Seriously: non-ECC RAM in a memory heavy application on crypto keys?
AMD RAID is one of the worst ideas possible: performance, reliability, migration,… Broadcom Raid controller, sw-raid are the way to go, but then with enterprise grade nvmes. Under Linux mdadm or even better a decent sw-raid outperforms this setup without questions asked - by leaps and bounds. Decent sw-raid does 30GB/s read and 15GB/s write on 4x enterprise grade PCIe 4.0 nvmes at ~150 us latency, up to ~400 us (4x Kioxia CM6-V 3.2TB or Samsung PM1735 3.2 TB - the Samsung is bad under sustained load, so the Kioxia is way better). Take 4x Intel P5800X and you get down to ~14 - 130 us with 30GB/s read and write. This “ultimate system” - except the CPU - is a piece of consumer sh…, errr crapola.
Is Windows really the ideal platform to mine? Maximum system performance? Heavily tuned and optimized with optimized code Windows users are lucky to achieve 92% of comparable Linux performance. But thats only for real Windows experts setting up the system and there are no tuning guides for that performance in some weird howtos over the Internet…
…

To put things in perspective: 24C/48T Epyc Milan under Linux does app. 100 PPD with 4 plot nvmes on classic Chia-Gui at 36 - 44 plots parallel. Considering TR Pro specs, that 64C TR Pro CPU can easily do 200+ PPD, probably even 300 PPD. As told above: with 4 nvme drives you can achieve way higher performance than with your RAM disks. This “Ultimate Single Socket Chia Plotter” on Windows is like beating a dead horse to win the Olympics - not gonna happen.

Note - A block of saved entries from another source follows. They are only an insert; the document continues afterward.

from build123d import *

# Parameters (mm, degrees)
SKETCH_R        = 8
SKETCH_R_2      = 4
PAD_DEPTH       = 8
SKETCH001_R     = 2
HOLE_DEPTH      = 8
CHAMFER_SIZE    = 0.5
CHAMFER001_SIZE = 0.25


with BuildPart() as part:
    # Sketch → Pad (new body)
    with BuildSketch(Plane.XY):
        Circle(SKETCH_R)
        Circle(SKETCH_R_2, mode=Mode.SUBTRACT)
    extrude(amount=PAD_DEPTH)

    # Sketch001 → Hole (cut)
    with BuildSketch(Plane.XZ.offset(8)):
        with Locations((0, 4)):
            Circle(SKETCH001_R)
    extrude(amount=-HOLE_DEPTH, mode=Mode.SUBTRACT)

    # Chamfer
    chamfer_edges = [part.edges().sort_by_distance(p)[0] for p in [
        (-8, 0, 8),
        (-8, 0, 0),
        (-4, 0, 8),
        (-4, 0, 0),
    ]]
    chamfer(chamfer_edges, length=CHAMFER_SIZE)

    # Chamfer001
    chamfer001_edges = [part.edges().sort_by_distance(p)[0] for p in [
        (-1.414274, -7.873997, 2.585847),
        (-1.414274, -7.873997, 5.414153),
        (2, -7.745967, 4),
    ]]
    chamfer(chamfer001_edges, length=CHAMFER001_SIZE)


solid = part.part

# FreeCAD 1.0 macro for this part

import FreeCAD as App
import Part
import Sketcher

V = App.Vector


def edges_at(feature, points):
    """Names of the edges that pass closest to the given points."""
    edges = feature.Shape.Edges
    near = lambda p: min(range(len(edges)), key=lambda i: edges[i].distToShape(Part.Vertex(*p))[0])
    return sorted({f"Edge{near(p) + 1}" for p in points})

doc = App.newDocument("Part")
body = doc.addObject("PartDesign::Body", "Body")

# Sketch on XY plane
sketch1 = body.newObject("Sketcher::SketchObject", "Sketch")
sketch1.AttachmentSupport = (doc.getObject("XY_Plane"), [""])
sketch1.MapMode = "FlatFace"
sketch1.addGeometry([
    Part.Circle(V(0, 0, 0), V(0, 0, 1), 8),
    Part.Circle(V(0, 0, 0), V(0, 0, 1), 4),
], False)
sketch1.addConstraint([
    Sketcher.Constraint("Coincident", 0, 3, -1, 1),
    Sketcher.Constraint("Coincident", 1, 3, -1, 1),
    Sketcher.Constraint("Diameter", 0, 16.0),
    Sketcher.Constraint("Diameter", 1, 8.0),
])
pad1 = body.newObject("PartDesign::Pad", "Pad")
pad1.Profile = sketch1
pad1.Length = 8

# Sketch on XZ plane
sketch2 = body.newObject("Sketcher::SketchObject", "Sketch001")
sketch2.AttachmentSupport = (doc.getObject("XZ_Plane"), [""])
sketch2.MapMode = "FlatFace"
sketch2.AttachmentOffset = App.Placement(V(0, 0, 8), App.Rotation())
sketch2.addGeometry(Part.Circle(V(0, 4, 0), V(0, 0, 1), 2), False)
sketch2.addConstraint([
    Sketcher.Constraint("PointOnObject", 0, 3, -2),
    Sketcher.Constraint("Diameter", 0, 4.0),
    Sketcher.Constraint("DistanceY", -1, 1, 0, 3, 4.0),
])
pocket1 = body.newObject("PartDesign::Pocket", "Pocket")
pocket1.Profile = sketch2
pocket1.Length = 8
doc.recompute()

chamfer = body.newObject("PartDesign::Chamfer", "Chamfer")
chamfer.Base = (pocket1, edges_at(pocket1, [
    (-8, 0, 8),
    (-8, 0, 0),
    (-4, 0, 8),
    (-4, 0, 0),
]))
chamfer.Size = 0.5
doc.recompute()

chamfer2 = body.newObject("PartDesign::Chamfer", "Chamfer001")
chamfer2.Base = (chamfer, edges_at(chamfer, [(-2, -7.746, 4), (-2, -7.746, 4), (-2, -7.746, 4)]))
chamfer2.Size = 0.25

doc.recompute()
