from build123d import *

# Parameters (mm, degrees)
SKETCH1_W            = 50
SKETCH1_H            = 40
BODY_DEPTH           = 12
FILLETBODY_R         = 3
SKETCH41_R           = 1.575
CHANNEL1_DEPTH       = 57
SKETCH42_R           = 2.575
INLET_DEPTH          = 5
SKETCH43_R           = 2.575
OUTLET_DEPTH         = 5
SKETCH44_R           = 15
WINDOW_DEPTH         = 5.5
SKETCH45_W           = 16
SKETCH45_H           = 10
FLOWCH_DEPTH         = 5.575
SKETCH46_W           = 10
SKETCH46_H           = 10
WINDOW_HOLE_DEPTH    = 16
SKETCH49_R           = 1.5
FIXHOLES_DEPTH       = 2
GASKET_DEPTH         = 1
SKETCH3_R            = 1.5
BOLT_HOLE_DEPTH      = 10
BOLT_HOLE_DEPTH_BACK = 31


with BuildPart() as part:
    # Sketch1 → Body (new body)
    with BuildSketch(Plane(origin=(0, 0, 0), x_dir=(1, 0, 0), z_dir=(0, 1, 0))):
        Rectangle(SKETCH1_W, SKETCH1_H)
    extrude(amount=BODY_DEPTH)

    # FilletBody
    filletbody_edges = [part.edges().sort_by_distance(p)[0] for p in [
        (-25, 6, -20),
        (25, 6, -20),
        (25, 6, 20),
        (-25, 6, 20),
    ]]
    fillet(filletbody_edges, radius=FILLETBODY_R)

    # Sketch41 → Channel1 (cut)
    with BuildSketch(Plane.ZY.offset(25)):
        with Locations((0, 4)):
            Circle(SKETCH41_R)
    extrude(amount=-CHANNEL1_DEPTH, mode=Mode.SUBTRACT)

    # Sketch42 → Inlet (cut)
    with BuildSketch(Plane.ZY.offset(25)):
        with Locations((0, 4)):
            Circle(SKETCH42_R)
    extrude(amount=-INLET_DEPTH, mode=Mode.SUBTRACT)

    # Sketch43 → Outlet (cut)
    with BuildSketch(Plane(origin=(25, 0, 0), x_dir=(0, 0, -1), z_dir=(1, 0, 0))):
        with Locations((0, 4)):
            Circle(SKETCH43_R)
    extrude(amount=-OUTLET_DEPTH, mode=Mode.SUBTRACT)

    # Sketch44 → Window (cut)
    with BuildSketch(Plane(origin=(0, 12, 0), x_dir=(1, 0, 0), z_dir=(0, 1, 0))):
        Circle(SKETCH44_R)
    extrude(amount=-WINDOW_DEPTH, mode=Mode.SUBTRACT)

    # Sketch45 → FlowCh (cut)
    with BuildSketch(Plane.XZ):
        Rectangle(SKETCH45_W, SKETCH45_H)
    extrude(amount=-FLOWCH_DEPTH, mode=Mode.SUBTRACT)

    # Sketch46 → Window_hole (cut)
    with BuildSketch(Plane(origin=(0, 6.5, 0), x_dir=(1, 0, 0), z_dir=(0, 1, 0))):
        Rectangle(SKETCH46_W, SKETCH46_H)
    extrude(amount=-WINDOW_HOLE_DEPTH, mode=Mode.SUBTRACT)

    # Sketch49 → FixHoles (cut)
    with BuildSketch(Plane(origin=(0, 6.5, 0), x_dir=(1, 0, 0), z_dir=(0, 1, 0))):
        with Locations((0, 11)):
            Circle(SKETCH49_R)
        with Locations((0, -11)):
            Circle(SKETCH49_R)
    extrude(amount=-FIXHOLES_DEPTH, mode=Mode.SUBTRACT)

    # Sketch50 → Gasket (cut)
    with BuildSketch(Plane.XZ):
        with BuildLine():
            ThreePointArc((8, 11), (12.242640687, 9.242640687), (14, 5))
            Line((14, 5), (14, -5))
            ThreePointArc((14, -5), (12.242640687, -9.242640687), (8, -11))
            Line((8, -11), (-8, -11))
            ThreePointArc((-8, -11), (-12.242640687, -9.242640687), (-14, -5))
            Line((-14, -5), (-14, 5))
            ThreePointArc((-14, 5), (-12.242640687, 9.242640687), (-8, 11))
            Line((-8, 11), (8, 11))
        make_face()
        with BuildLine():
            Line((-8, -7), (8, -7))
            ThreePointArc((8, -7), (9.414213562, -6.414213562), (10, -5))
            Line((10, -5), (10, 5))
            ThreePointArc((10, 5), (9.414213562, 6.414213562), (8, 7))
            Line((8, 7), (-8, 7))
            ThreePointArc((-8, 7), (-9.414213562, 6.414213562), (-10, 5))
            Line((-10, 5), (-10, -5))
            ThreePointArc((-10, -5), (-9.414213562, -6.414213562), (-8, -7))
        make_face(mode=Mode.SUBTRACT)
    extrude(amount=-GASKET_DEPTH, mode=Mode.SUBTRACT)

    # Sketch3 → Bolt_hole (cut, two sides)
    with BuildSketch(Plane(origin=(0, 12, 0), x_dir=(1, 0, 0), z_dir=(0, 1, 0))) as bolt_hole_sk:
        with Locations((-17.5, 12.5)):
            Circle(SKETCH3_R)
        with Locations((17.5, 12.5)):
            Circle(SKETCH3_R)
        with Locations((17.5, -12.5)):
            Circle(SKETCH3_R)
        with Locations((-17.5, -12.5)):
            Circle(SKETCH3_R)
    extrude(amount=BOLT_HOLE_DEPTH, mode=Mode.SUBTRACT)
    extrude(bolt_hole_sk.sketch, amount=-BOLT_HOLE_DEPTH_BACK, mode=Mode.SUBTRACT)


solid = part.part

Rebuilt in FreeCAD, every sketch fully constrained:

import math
import FreeCAD as App
import Part
import Sketcher

V = App.Vector


def edges_at(feature, points):
    """Names of the edges that pass closest to the given points."""
    edges = feature.Shape.Edges
    near = lambda p: min(range(len(edges)), key=lambda i: edges[i].distToShape(Part.Vertex(*p))[0])
    return sorted({f"Edge{near(p) + 1}" for p in points})

doc = App.newDocument("Part")
params = doc.addObject("Spreadsheet::Sheet", "Params")
for row, (alias, value) in enumerate([
    ("sketch1_width", "50 mm"),
    ("sketch1_height", "40 mm"),
    ("pad1_length", "12 mm"),
    ("fillet_radius", "3 mm"),
    ("sketch2_diameter", "3.15 mm"),
    ("pocket1_length", "57 mm"),
    ("sketch3_diameter", "5.15 mm"),
    ("pocket2_length", "5 mm"),
    ("sketch4_diameter", "5.15 mm"),
    ("pocket3_length", "5 mm"),
    ("sketch5_diameter", "30 mm"),
    ("pocket4_length", "5.5 mm"),
    ("sketch6_width", "16 mm"),
    ("sketch6_height", "10 mm"),
    ("pocket5_length", "5.575 mm"),
    ("sketch7_width", "10 mm"),
    ("pocket6_length", "16 mm"),
    ("sketch8_diameter", "3 mm"),
    ("pocket7_length", "2 mm"),
    ("sketch9_radius", "6 mm"),
    ("sketch9_radius2", "2 mm"),
    ("sketch9_width", "16 mm"),
    ("sketch9_height", "10 mm"),
    ("pocket8_length", "1 mm"),
    ("sketch10_diameter", "3 mm"),
], start=1):
    params.set(f"A{row}", alias)
    params.set(f"B{row}", "=" + value)
    params.setAlias(f"B{row}", alias)

body = doc.addObject("PartDesign::Body", "Body")

# Sketch on XZ plane
sketch1 = doc.addObject("Sketcher::SketchObject", "Sketch")
body.addObject(sketch1)
sketch1.AttachmentSupport = (doc.XZ_Plane, [""])
sketch1.MapMode = "FlatFace"
sketch1.addGeometry([
    Part.LineSegment(V(-25, -20, 0), V(-25, 20, 0)),
    Part.LineSegment(V(-25, 20, 0), V(25, 20, 0)),
    Part.LineSegment(V(25, 20, 0), V(25, -20, 0)),
    Part.LineSegment(V(25, -20, 0), V(-25, -20, 0)),
], False)
sketch1.addConstraint([
    Sketcher.Constraint("Coincident", 0, 2, 1, 1),
    Sketcher.Constraint("Coincident", 1, 2, 2, 1),
    Sketcher.Constraint("Coincident", 2, 2, 3, 1),
    Sketcher.Constraint("Coincident", 3, 2, 0, 1),
    Sketcher.Constraint("Vertical", 0),
    Sketcher.Constraint("Horizontal", 1),
    Sketcher.Constraint("Vertical", 2),
    Sketcher.Constraint("Horizontal", 3),
    Sketcher.Constraint("Symmetric", 0, 2, 2, 2, -1, 1),
    Sketcher.Constraint("DistanceX", 1, 1, 1, 2, 50.0),
    Sketcher.Constraint("DistanceY", 0, 1, 0, 2, 40.0),
])
sketch1.setExpression("Constraints[9]", "Params.sketch1_width")
sketch1.setExpression("Constraints[10]", "Params.sketch1_height")
pad1 = doc.addObject("PartDesign::Pad", "Pad")
body.addObject(pad1)
pad1.Profile = sketch1
pad1.setExpression("Length", "Params.pad1_length")
pad1.Reversed = True
doc.recompute()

Best option: maybe madmax plotter with 512GB RAM, running 2 plots fully in ramdisk for tmp and tmp2 may save some of your investments. Still you can put 14 of your 18 nvmes on hold anyway.

So in all due respect, sorry to burst your bubble: besides the CPU I consider your “ultimate build” a fan project - far away from performance reality. I suggest to add some LED stripes.

PS-Edit: All the above numbers are valid as of August 2021.

Fuzeguy · September 1, 2021, 12:17pm

Seriously: no respect - at all. I’ll suggest you put your holier than thou ‘expertise’ on the shelf troll. When you have something created in this, our reality, to show for yourself, you might be slightly worth listening to, but I’ll say it’s not looking good.